As an example, a processor incorporating the techniques disclosed herein can be employed to process one or more neural networks to identify one or more features in an image or to alter, generate, or compress an image. For example, such a processor may be employed to enhance an image that is rendered using raster, ray-tracing (e.g., using NVIDIA RTX), and/or other rendering techniques. In another example, such a processor may be employed to reduce the amount of image data that is transmitted over a network (e.g., the Internet, a mobile telecommunications network, a WIFI network, as well as any other wired or wireless networking system) from a rendering device to a display device. Such transmissions may be utilized to stream image data from a server or a data center in the cloud to a user device (e.g., a personal computer, video game console, smartphone, other mobile device, etc.) to enhance services that stream images such as NVIDIA Geforce Now (GFN), Google Stadia, and the like.
As an example, a processor incorporating the techniques disclosed herein can be employed to process one or more neural networks for any other types of applications that can take advantage of a neural network. For example, such applications may involve translating from one spoken language to another, identifying and negating sounds in audio, detecting anomalies or defects during production of goods and services, surveillance of living and/or non-living things, medical diagnosis, decision making, and the like.

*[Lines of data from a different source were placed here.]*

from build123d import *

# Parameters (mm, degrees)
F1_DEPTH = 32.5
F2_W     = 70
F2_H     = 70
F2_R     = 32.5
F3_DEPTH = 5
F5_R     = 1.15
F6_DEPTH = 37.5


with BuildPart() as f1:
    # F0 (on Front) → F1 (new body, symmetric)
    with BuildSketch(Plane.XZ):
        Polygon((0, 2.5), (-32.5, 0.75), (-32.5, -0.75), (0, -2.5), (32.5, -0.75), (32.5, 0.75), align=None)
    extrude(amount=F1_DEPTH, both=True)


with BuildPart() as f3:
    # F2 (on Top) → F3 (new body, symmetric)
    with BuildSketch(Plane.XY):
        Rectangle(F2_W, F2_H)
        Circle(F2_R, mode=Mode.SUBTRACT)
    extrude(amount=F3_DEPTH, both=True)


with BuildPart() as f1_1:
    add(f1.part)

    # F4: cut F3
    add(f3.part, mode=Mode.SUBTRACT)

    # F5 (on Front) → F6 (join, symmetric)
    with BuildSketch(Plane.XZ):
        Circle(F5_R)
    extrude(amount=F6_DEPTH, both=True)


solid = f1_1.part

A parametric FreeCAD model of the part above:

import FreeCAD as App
import Part
import Sketcher

V = App.Vector


def add_polygon(sketch, points):
    """Adds a closed chain of lines whose ends are joined by coincident constraints."""
    first, n = sketch.GeometryCount, len(points)
    for a, b in zip(points, points[1:] + points[:1]):
        sketch.addGeometry(Part.LineSegment(App.Vector(*a, 0), App.Vector(*b, 0)), False)
    for i in range(n):
        sketch.addConstraint(Sketcher.Constraint("Coincident", first + i, 2, first + (i + 1) % n, 1))

doc = App.newDocument("Part")
body = doc.addObject("PartDesign::Body", "Body")

sketch1 = body.newObject("Sketcher::SketchObject", "Sketch")
sketch1.AttachmentSupport = (doc.getObject("XZ_Plane"), [""])
sketch1.MapMode = "FlatFace"
add_polygon(sketch1, [(0, 2.5), (-32.5, 0.8), (-32.5, -0.8), (0, -2.5), (32.5, -0.8), (32.5, 0.8)])
sketch1.addConstraint([
    Sketcher.Constraint("Vertical", 1),
    Sketcher.Constraint("Vertical", 4),
    Sketcher.Constraint("Symmetric", 0, 2, 3, 2, -1, 1),
    Sketcher.Constraint("Symmetric", 2, 2, 5, 2, -1, 1),
    Sketcher.Constraint("PointOnObject", 2, 2, -2),
    Sketcher.Constraint("Parallel", 2, 5),
    Sketcher.Constraint("Horizontal", 1, 2, 3, 2),
    Sketcher.Constraint("DistanceY", 1, 2, 1, 1, 1.5),
    Sketcher.Constraint("DistanceX", 1, 2, 3, 2, 65.0),
    Sketcher.Constraint("DistanceY", 2, 2, 5, 2, 5.0),
])
pad1 = body.newObject("PartDesign::Pad", "Pad")
pad1.Profile = sketch1
pad1.Length = 65
pad1.Midplane = True
body2 = doc.addObject("PartDesign::Body", "Body001")

sketch2 = body2.newObject("Sketcher::SketchObject", "Sketch001")
sketch2.AttachmentSupport = (doc.getObject("XY_Plane001"), [""])
sketch2.MapMode = "FlatFace"
add_polygon(sketch2, [(-35, 35), (-35, -35), (35, -35), (35, 35)])
sketch2.addGeometry(Part.Circle(V(0, 0, 0), V(0, 0, 1), 32), False)
sketch2.addConstraint([
    Sketcher.Constraint("Vertical", 0),
    Sketcher.Constraint("Horizontal", 1),
    Sketcher.Constraint("Vertical", 2),
    Sketcher.Constraint("Horizontal", 3),
    Sketcher.Constraint("Coincident", 4, 3, -1, 1),
    Sketcher.Constraint("Symmetric", 0, 2, 2, 2, -1, 1),
    Sketcher.Constraint("Equal", 3, 0),
    Sketcher.Constraint("Diameter", 4, 65.0),
    Sketcher.Constraint("DistanceX", 1, 1, 1, 2, 70.0),
])
pad2 = body2.newObject("PartDesign::Pad", "Pad001")
pad2.Profile = sketch2
pad2.Length = 10
pad2.Midplane = True
doc.recompute()

boolean = body.newObject("PartDesign::Boolean", "Boolean")
boolean.Type = "Cut"
boolean.addObjects([body2])

sketch3 = body.newObject("Sketcher::SketchObject", "Sketch002")
sketch3.AttachmentSupport = (doc.getObject("XZ_Plane"), [""])
sketch3.MapMode = "FlatFace"
sketch3.addGeometry(Part.Circle(V(0, 0, 0), V(0, 0, 1), 1.1), False)
sketch3.addConstraint([
    Sketcher.Constraint("Coincident", 0, 3, -1, 1),
    Sketcher.Constraint("Diameter", 0, 2.3),
])
pad3 = body.newObject("PartDesign::Pad", "Pad002")
pad3.Profile = sketch3
pad3.Length = 75
pad3.Midplane = True

doc.recompute()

As an example, a processor incorporating the techniques disclosed herein can be employed to implement neural networks such as large language models (LLMs) to generate content (e.g., images, video, text, essays, audio, and the like), respond to user queries, solve problems in mathematical and other domains, and the like.
All patents, patent applications and publications cited herein are incorporated by reference for all purposes as if expressly set forth.
While the invention has been described in connection with what is presently considered to be the most practical and preferred embodiment, it is to be understood that the invention is not to be limited to the disclosed embodiment, but on the contrary, is intended to cover various modifications and equivalent arrangements included within the spirit and scope of the appended claims.
1. A multi-dielet processing system comprising:
a first memory management unit (MMU) on a first dielet; and
a second MMU on a second dielet, wherein
the first MMU on the first dielet is configured to process memory-related requests of a first type from the first dielet and the second dielet and to process memory-related requests of a second type from the first dielet, and
the second MMU on the second dielet is configured to forward memory-related requests of the first type to the first MMU on the first dielet and to process memory-related requests of the second type from the second dielet.